After the sad news of Roger Ebert's recent recurrence of cancer, sadder news follows: Ebert, the much adored and admired film critic whose thoughtful opinions graced the Chicago Sun-Times's pages since 1967, has succumbed to cancer. He was seventy years old.

Ebert had battled thyroid cancer since 2002. In 2006, the loquacious and opinionated Ebert who so treasured the English language was suddenly stripped of it due to post-surgery complications.

His indefatigable spirit, however, could not be suppressed, and despite the cancer that silently continued to grow within him, he kept on pursuing his life's love: critiquing and deconstructing American cinema.

Ebert is well-known for his television show, co-hosted alongside Gene Siskel, in which a movie's fate would hang in the balance as the hosts would encapsulate its quality with a concluding "thumbs up" or "thumbs down" rating. His simple manor and straight-forward reviews always felt like he had the viewer's best interests in mind; never the producers, never the directors, and never the fat-cats of the bloated business that is Hollywood. No, Ebert's reviews cut to the core of what it felt like to experience a movie, and even if you didn't agree with his reviews, you could appreciate his artful interpretations.

In 2011, perhaps sensing his fading hours, Roger Ebert wrote Life Itself, a touching memoir that lays himself bare; warts, worries, and all. His memoir, like his reviews, is an honest reflection of a humble man, ivory towers be damned. The rights to Life Itself have been optioned by Steve Zaillian and Martin Scorsese, brilliant minds -- and ones highly respected by Ebert himself -- to turn his memoir into a forthcoming bio-documentary.

News sources have been linking to Roger's announcement yesterday about his "leave of presence" from the reviewer's desk.
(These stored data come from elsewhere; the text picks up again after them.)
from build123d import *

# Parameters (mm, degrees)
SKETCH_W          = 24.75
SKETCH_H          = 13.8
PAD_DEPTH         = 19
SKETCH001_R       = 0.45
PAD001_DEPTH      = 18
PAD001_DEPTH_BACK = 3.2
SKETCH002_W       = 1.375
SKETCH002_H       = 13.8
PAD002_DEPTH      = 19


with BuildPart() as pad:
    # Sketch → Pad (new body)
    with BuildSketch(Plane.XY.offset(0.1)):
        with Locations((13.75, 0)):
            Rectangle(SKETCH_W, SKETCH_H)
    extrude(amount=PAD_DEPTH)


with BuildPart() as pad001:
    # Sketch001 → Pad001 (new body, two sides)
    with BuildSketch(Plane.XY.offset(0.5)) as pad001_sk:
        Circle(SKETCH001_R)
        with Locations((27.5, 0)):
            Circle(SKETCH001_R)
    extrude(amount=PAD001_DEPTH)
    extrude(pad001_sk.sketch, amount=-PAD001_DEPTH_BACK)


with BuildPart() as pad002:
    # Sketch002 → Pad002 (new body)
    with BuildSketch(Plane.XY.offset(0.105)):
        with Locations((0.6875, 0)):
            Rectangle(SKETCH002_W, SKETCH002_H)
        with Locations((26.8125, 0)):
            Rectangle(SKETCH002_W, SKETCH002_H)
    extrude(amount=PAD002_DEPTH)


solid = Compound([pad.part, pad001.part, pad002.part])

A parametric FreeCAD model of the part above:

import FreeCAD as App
import Part
import Sketcher

V = App.Vector
Q = App.Units.Quantity

doc = App.newDocument("Part")
body = doc.addObject("PartDesign::Body", "Body")

# Sketch on XY plane
sketch1 = body.newObject("Sketcher::SketchObject", "Sketch")
sketch1.AttachmentSupport = (doc.getObject("XY_Plane"), [""])
sketch1.MapMode = "FlatFace"
sketch1.AttachmentOffset = App.Placement(V(0, 0, 0.1), App.Rotation())
sketch1.addGeometry([
    Part.LineSegment(V(1, 7, 0), V(1, -7, 0)),
    Part.LineSegment(V(1, -7, 0), V(26, -7, 0)),
    Part.LineSegment(V(26, -7, 0), V(26, 7, 0)),
    Part.LineSegment(V(26, 7, 0), V(1, 7, 0)),
], False)
sketch1.addConstraint([
    Sketcher.Constraint("Coincident", 0, 2, 1, 1),
    Sketcher.Constraint("Coincident", 1, 2, 2, 1),
    Sketcher.Constraint("Coincident", 2, 2, 3, 1),
    Sketcher.Constraint("Coincident", 3, 2, 0, 1),
    Sketcher.Constraint("Vertical", 0),
    Sketcher.Constraint("Horizontal", 1),
    Sketcher.Constraint("Vertical", 2),
    Sketcher.Constraint("Horizontal", 3),
    Sketcher.Constraint("DistanceY", 0, 2, 0, 1, Q("13.8 mm")),
    Sketcher.Constraint("DistanceX", 1, 1, 1, 2, Q("24.75 mm")),
    Sketcher.Constraint("DistanceY", 0, 2, -1, 1, Q("6.9 mm")),
    Sketcher.Constraint("DistanceX", -1, 1, 0, 2, Q("1.375 mm")),
])
pad1 = body.newObject("PartDesign::Pad", "Pad")
pad1.Profile = sketch1
pad1.Length = 19
body2 = doc.addObject("PartDesign::Body", "Body001")
body2.AllowCompound = True

# Sketch on XY plane
sketch2 = body2.newObject("Sketcher::SketchObject", "Sketch001")
sketch2.AttachmentSupport = (doc.getObject("XY_Plane001"), [""])
sketch2.MapMode = "FlatFace"
sketch2.AttachmentOffset = App.Placement(V(0, 0, 0.5), App.Rotation())
sketch2.addGeometry([
    Part.Circle(V(0, 0, 0), V(0, 0, 1), 0.45),
    Part.Circle(V(27.5, 0, 0), V(0, 0, 1), 0.45),
], False)
sketch2.addConstraint([
    Sketcher.Constraint("Coincident", 0, 3, -1, 1),
    Sketcher.Constraint("Equal", 0, 1),
    Sketcher.Constraint("PointOnObject", 1, 3, -1),
    Sketcher.Constraint("Diameter", 0, Q("0.9 mm")),
    Sketcher.Constraint("DistanceX", -1, 1, 1, 3, Q("27.5 mm")),
])
pad2 = body2.newObject("PartDesign::Pad", "Pad001")
pad2.Profile = sketch2
pad2.Type = "TwoLengths"
pad2.Length = 18
pad2.Length2 = 3.2
body3 = doc.addObject("PartDesign::Body", "Body002")
body3.AllowCompound = True

# Sketch on XY plane
sketch3 = body3.newObject("Sketcher::SketchObject", "Sketch002")
sketch3.AttachmentSupport = (doc.getObject("XY_Plane002"), [""])
sketch3.MapMode = "FlatFace"
sketch3.AttachmentOffset = App.Placement(V(0, 0, 0.105), App.Rotation())
sketch3.addGeometry([
    Part.LineSegment(V(0, 6.9, 0), V(0, -6.9, 0)),  # 0
    Part.LineSegment(V(0, -6.9, 0), V(1.4, -6.9, 0)),  # 1
    Part.LineSegment(V(1.4, -6.9, 0), V(1.4, 6.9, 0)),  # 2
    Part.LineSegment(V(1.4, 6.9, 0), V(0, 6.9, 0)),  # 3
    Part.LineSegment(V(26.1, 6.9, 0), V(26.1, -6.9, 0)),  # 4
    Part.LineSegment(V(26.1, -6.9, 0), V(27.5, -6.9, 0)),  # 5
    Part.LineSegment(V(27.5, -6.9, 0), V(27.5, 6.9, 0)),  # 6
    Part.LineSegment(V(27.5, 6.9, 0), V(26.1, 6.9, 0)),  # 7
], False)
sketch3.addConstraint([
    Sketcher.Constraint("Coincident", 0, 2, 1, 1),
    Sketcher.Constraint("Coincident", 1, 2, 2, 1),
    Sketcher.Constraint("Coincident", 2, 2, 3, 1),
    Sketcher.Constraint("Coincident", 3, 2, 0, 1),
    Sketcher.Constraint("Coincident", 4, 2, 5, 1),
    Sketcher.Constraint("Coincident", 5, 2, 6, 1),
    Sketcher.Constraint("Coincident", 6, 2, 7, 1),
    Sketcher.Constraint("Coincident", 7, 2, 4, 1),
    Sketcher.Constraint("Vertical", 0),
    Sketcher.Constraint("Horizontal", 1),
    Sketcher.Constraint("Vertical", 2),
    Sketcher.Constraint("Horizontal", 3),
    Sketcher.Constraint("Vertical", 4),
    Sketcher.Constraint("Horizontal", 5),
    Sketcher.Constraint("Vertical", 6),
    Sketcher.Constraint("Horizontal", 7),
    Sketcher.Constraint("Symmetric", 0, 2, 3, 2, -1, 1),
    Sketcher.Constraint("Horizontal", 1, 2, 4, 2),
    Sketcher.Constraint("Horizontal", 3, 2, 6, 2),
    Sketcher.Constraint("Equal", 3, 5),
    Sketcher.Constraint("DistanceY", 0, 2, 0, 1, Q("13.8 mm")),
    Sketcher.Constraint("DistanceX", -1, 1, 5, 2, Q("27.5 mm")),
    Sketcher.Constraint("DistanceX", 1, 1, 1, 2, Q("1.375 mm")),
])
pad3 = body3.newObject("PartDesign::Pad", "Pad002")
pad3.Profile = sketch3
pad3.Length = 19

doc.recompute()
The heavy traffic to the webpage has caused it to go down multiple times since the Chicago Sun-Times first reported his death, proving just how many of us still hang on every word he's written. In his note, he wrote: "I must slow down now, which is why I'm taking what I like to call 'a leave of presence.' What in the world is a leave of presence? It means I am not going away." And it's true. While his body has passed on, his body of work remains, a tribute and testimony to his IMAX-sized contributions to our culture and human experience.